Snider Carolyn, Lee Jacques
Division of Emergency Medicine, University of Toronto, Toronto, Ontario, Canada.
CJEM. 2009 Mar;11(2):161-8. doi: 10.1017/s1481803500011131.
Youth violence continues to trouble Canadians. Emergency department (ED) visits by youth after a violent injury may represent a "teachable moment," and thus secondary violence prevention interventions may be effective. We conducted a systematic review to identify the success rates of any interventions, the populations likely to benefit and the outcome measures used.
We searched 8 databases (i.e., MEDLINE, EMBASE, PubMed, CINAHL, the Cochrane Database of Systematic Reviews, the ACP Journal Club, DARE and CENTRAL).
Studies were included if they described and evaluated an intervention, were health care-based and targeted youth who were injured by violence. Two blinded investigators selected 15 articles from 181 abstracts. After full-text review, 8 articles were excluded, leaving 7 articles from 4 intervention programs.
All interventions used ED case management of the violently injured patient. One randomized control trial (RCT) demonstrated a significant reduction in reinjury rates (treatment group 8.1% v. control group 20.3%, p = 0.05). Another small RCT found no statistically significant reductions in repeat violence or service use. One retrospective cohort study demonstrated a lower relative risk (RR) in future criminal justice involvement (RR = 0.67, 95% confidence interval 0.45-0.99). A retrospective study of pediatric patients with violent injuries found only 1% of these youth returned with injuries as a result of repeat violence.
Although all 4 case management interventions that we reviewed showed promise in the United States, small sample sizes and incomplete follow-up limited their ability to demonstrate significant decreases in reinjury.

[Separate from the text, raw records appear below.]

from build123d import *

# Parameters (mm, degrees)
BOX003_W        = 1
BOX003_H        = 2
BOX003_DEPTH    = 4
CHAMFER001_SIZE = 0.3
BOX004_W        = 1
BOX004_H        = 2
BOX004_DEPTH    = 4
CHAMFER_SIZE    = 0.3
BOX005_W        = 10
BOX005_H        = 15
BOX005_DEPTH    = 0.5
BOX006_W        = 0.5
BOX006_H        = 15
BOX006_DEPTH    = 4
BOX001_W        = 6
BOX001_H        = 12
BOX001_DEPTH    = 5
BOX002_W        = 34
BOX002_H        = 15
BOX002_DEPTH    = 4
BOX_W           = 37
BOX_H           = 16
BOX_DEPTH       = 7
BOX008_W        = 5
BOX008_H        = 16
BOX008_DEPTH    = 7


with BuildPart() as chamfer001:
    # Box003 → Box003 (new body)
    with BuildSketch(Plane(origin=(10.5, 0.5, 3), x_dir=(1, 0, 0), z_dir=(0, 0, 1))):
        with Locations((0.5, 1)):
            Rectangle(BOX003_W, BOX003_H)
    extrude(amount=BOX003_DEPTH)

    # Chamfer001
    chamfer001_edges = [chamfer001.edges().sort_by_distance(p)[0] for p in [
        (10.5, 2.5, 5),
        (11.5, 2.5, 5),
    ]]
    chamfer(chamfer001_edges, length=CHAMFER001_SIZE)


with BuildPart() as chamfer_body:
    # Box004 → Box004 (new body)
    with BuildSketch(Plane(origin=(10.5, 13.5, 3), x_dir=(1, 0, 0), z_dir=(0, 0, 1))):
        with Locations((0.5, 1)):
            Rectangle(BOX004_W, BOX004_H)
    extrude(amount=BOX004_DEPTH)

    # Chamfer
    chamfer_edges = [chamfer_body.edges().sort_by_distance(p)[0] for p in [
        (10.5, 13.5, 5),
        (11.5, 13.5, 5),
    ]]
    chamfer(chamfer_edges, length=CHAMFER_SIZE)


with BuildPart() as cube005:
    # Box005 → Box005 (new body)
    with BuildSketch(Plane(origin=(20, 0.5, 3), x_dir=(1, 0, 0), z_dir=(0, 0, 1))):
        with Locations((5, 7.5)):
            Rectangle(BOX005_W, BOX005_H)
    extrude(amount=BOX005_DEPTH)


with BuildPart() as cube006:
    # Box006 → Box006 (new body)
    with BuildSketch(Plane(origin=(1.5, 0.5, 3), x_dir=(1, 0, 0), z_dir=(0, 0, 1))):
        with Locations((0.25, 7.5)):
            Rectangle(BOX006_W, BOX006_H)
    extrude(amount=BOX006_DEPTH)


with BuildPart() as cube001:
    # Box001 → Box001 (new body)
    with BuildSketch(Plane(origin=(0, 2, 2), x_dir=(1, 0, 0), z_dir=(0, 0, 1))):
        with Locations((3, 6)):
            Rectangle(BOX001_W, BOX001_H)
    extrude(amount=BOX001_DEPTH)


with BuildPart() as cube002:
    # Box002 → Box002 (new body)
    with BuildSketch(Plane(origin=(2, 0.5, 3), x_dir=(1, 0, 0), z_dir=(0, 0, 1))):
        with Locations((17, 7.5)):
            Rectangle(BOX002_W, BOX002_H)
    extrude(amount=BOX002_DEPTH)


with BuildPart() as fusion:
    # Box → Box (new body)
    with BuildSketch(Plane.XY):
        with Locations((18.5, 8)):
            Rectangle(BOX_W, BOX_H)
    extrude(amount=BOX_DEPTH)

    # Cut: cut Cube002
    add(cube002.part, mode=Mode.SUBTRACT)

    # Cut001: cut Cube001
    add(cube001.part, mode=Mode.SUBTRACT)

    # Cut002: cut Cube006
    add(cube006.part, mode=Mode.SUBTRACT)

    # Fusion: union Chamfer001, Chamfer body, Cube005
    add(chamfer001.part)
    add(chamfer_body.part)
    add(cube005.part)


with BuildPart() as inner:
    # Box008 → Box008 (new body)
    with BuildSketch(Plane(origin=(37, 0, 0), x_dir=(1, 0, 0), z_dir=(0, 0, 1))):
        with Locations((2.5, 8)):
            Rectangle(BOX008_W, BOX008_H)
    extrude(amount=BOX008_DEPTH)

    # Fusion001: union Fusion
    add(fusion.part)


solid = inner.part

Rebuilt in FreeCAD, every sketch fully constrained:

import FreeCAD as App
import Part
import Sketcher
from FreeCAD import Vector
Q = App.Units.Quantity


def edges_at(feature, points):
    """Names of the edges that pass closest to the given points."""
    edges = feature.Shape.Edges
    near = lambda p: min(range(len(edges)), key=lambda i: edges[i].distToShape(Part.Vertex(*p))[0])
    return sorted({f"Edge{near(p) + 1}" for p in points})

doc = App.newDocument("Part")
params = doc.addObject("Spreadsheet::Sheet", "Params")
for row, (alias, value) in enumerate([
    ("sketch1_width", "1 mm"),
    ("sketch1_height", "2 mm"),
    ("pad1_length", "4 mm"),
    ("chamfer_size", "0.3 mm"),
    ("sketch2_width", "1 mm"),
    ("sketch2_height", "2 mm"),
    ("pad2_length", "4 mm"),
    ("chamfer2_size", "0.3 mm"),
    ("sketch3_width", "10 mm"),
    ("sketch3_height", "15 mm"),
    ("pad3_length", "0.5 mm"),
    ("sketch4_height", "15 mm"),
    ("sketch4_width", "0.5 mm"),
    ("pad4_length", "4 mm"),
    ("sketch5_width", "6 mm"),
    ("sketch5_height", "12 mm"),
    ("pad5_length", "5 mm"),
    ("sketch6_width", "34 mm"),
    ("sketch6_height", "15 mm"),
    ("pad6_length", "4 mm"),
    ("sketch7_width", "37 mm"),
    ("sketch7_height", "16 mm"),
    ("pad7_length", "7 mm"),
    ("sketch8_width", "5 mm"),
    ("sketch8_height", "16 mm"),
    ("pad8_length", "7 mm"),
], start=1):
    params.set(f"A{row}", alias)
    params.set(f"B{row}", "=" + value)
    params.setAlias(f"B{row}", alias)

body = doc.addObject("PartDesign::Body", "Body")

sketch1 = body.newObject("Sketcher::SketchObject", "Sketch")
sketch1.AttachmentSupport = (doc.getObject("XY_Plane"), [""])
sketch1.MapMode = "FlatFace"
sketch1.AttachmentOffset = App.Placement(Vector(0, 0, 3), App.Rotation())
sketch1.addGeometry([
    Part.LineSegment(Vector(10.5, 2.5, 0), Vector(10.5, 0.5, 0)),
    Part.LineSegment(Vector(10.5, 0.5, 0), Vector(11.5, 0.5, 0)),
    Part.LineSegment(Vector(11.5, 0.5, 0), Vector(11.5, 2.5, 0)),
    Part.LineSegment(Vector(11.5, 2.5, 0), Vector(10.5, 2.5, 0)),
], False)
sketch1.addConstraint([
    Sketcher.Constraint("Coincident", 0, 2, 1, 1),
    Sketcher.Constraint("Coincident", 1, 2, 2, 1),
    Sketcher.Constraint("Coincident", 2, 2, 3, 1),
    Sketcher.Constraint("Coincident", 3, 2, 0, 1),
    Sketcher.Constraint("Vertical", 0),
    Sketcher.Constraint("Horizontal", 1),
    Sketcher.Constraint("Vertical", 2),
    Sketcher.Constraint("Horizontal", 3),
    Sketcher.Constraint("DistanceX", 1, 1, 1, 2, Q("1 mm")),
    Sketcher.Constraint("DistanceY", 0, 2, 0, 1, Q("2 mm")),
    Sketcher.Constraint("DistanceX", -1, 1, 0, 2, Q("10.5 mm")),
    Sketcher.Constraint("DistanceY", -1, 1, 0, 2, Q("0.5 mm")),
])
sketch1.setExpression("Constraints[8]", "Params.sketch1_width")
sketch1.setExpression("Constraints[9]", "Params.sketch1_height")
pad1 = body.newObject("PartDesign::Pad", "Pad")
pad1.Profile = sketch1
pad1.setExpression("Length", "Params.pad1_length")
doc.recompute()

chamfer = body.newObject("PartDesign::Chamfer", "Chamfer")
chamfer.Base = (pad1, edges_at(pad1, [(10.5, 2.5, 5), (11.5, 2.5, 5)]))
chamfer.setExpression("Size", "Params.chamfer_size")
body2 = doc.addObject("PartDesign::Body", "Body001")

sketch2 = body2.newObject("Sketcher::SketchObject", "Sketch001")
sketch2.AttachmentSupport = (doc.getObject("XY_Plane001"), [""])
sketch2.MapMode = "FlatFace"
sketch2.AttachmentOffset = App.Placement(Vector(0, 0, 3), App.Rotation())
sketch2.addGeometry([
    Part.LineSegment(Vector(10.5, 15.5, 0), Vector(10.5, 13.5, 0)),
    Part.LineSegment(Vector(10.5, 13.5, 0), Vector(11.5, 13.5, 0)),
    Part.LineSegment(Vector(11.5, 13.5, 0), Vector(11.5, 15.5, 0)),
    Part.LineSegment(Vector(11.5, 15.5, 0), Vector(10.5, 15.5, 0)),
], False)
sketch2.addConstraint([
    Sketcher.Constraint("Coincident", 0, 2, 1, 1),
    Sketcher.Constraint("Coincident", 1, 2, 2, 1),
    Sketcher.Constraint("Coincident", 2, 2, 3, 1),
    Sketcher.Constraint("Coincident", 3, 2, 0, 1),
    Sketcher.Constraint("Vertical", 0),
    Sketcher.Constraint("Horizontal", 1),
    Sketcher.Constraint("Vertical", 2),
    Sketcher.Constraint("Horizontal", 3),
    Sketcher.Constraint("DistanceX", 1, 1, 1, 2, Q("1 mm")),
    Sketcher.Constraint("DistanceY", 0, 2, 0, 1, Q("2 mm")),
    Sketcher.Constraint("DistanceX", -1, 1, 0, 2, Q("10.5 mm")),
    Sketcher.Constraint("DistanceY", -1, 1, 0, 2, Q("13.5 mm")),
])
sketch2.setExpression("Constraints[8]", "Params.sketch2_width")
sketch2.setExpression("Constraints[9]", "Params.sketch2_height")
pad2 = body2.newObject("PartDesign::Pad", "Pad001")
pad2.Profile = sketch2
pad2.setExpression("Length", "Params.pad2_length")
doc.recompute()

chamfer2 = body2.newObject("PartDesign::Chamfer", "Chamfer001")
chamfer2.Base = (pad2, edges_at(pad2, [(10.5, 13.5, 5), (11.5, 13.5, 5)]))
chamfer2.setExpression("Size", "Params.chamfer2_size")
body3 = doc.addObject("PartDesign::Body", "Body002")

sketch3 = body3.newObject("Sketcher::SketchObject", "Sketch002")
sketch3.AttachmentSupport = (doc.getObject("XY_Plane002"), [""])
sketch3.MapMode = "FlatFace"
sketch3.AttachmentOffset = App.Placement(Vector(0, 0, 3), App.Rotation())
sketch3.addGeometry([
    Part.LineSegment(Vector(20, 16, 0), Vector(20, 0, 0)),
    Part.LineSegment(Vector(20, 0, 0), Vector(30, 0, 0)),
    Part.LineSegment(Vector(30, 0, 0), Vector(30, 16, 0)),
    Part.LineSegment(Vector(30, 16, 0), Vector(20, 16, 0)),
], False)
sketch3.addConstraint([
    Sketcher.Constraint("Coincident", 0, 2, 1, 1),
    Sketcher.Constraint("Coincident", 1, 2, 2, 1),
    Sketcher.Constraint("Coincident", 2, 2, 3, 1),
    Sketcher.Constraint("Coincident", 3, 2, 0, 1),
    Sketcher.Constraint("Vertical", 0),
    Sketcher.Constraint("Horizontal", 1),
    Sketcher.Constraint("Vertical", 2),
    Sketcher.Constraint("Horizontal", 3),
    Sketcher.Constraint("DistanceX", 1, 1, 1, 2, Q("10 mm")),
    Sketcher.Constraint("DistanceY", 0, 2, 0, 1, Q("15 mm")),
    Sketcher.Constraint("DistanceX", -1, 1, 0, 2, Q("20 mm")),
    Sketcher.Constraint("DistanceY", -1, 1, 0, 2, Q("0.5 mm")),
])
sketch3.setExpression("Constraints[8]", "Params.sketch3_width")
sketch3.setExpression("Constraints[9]", "Params.sketch3_height")
pad3 = body3.newObject("PartDesign::Pad", "Pad002")
pad3.Profile = sketch3
pad3.setExpression("Length", "Params.pad3_length")
body4 = doc.addObject("PartDesign::Body", "Body003")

Future research is necessary to help EDs capitalize on the opportunity to effectively reduce youth violence.
青少年暴力问题持续困扰着加拿大人。青少年因暴力受伤后到急诊科就诊可能是一个“可教育的时机”,因此二级暴力预防干预措施可能会有效。我们进行了一项系统综述,以确定任何干预措施的成功率、可能受益的人群以及所使用的结果指标。
我们检索了8个数据库(即医学索引数据库、荷兰医学文摘数据库、医学期刊数据库、护理学与健康领域数据库、考克兰系统评价数据库、美国医师协会杂志俱乐部、循证医学数据库和考克兰对照试验中心注册库)。
如果研究描述并评估了一项干预措施,以医疗保健为基础且针对因暴力受伤的青少年,则纳入该研究。两名盲法研究者从181篇摘要中筛选出15篇文章。经过全文审查,排除了8篇文章,最终纳入了来自4个干预项目的7篇文章。
所有干预措施均采用对暴力受伤患者的急诊科病例管理。一项随机对照试验表明再受伤率显著降低(治疗组为8.1%,对照组为20.3%,p = 0.05)。另一项小型随机对照试验发现,重复暴力行为或服务使用方面没有统计学上的显著降低。一项回顾性队列研究表明,未来刑事司法介入的相对风险较低(相对风险 = 0.67,95%置信区间0.45 - 0.99)。一项对暴力受伤儿科患者的回顾性研究发现,这些青少年中只有1%因重复暴力行为再次受伤。
尽管我们审查的所有4种病例管理干预措施在美国都显示出了前景,但样本量小和随访不完整限制了它们证明再受伤显著减少的能力。
未来有必要进行研究,以帮助急诊科利用这一机会有效减少青少年暴力。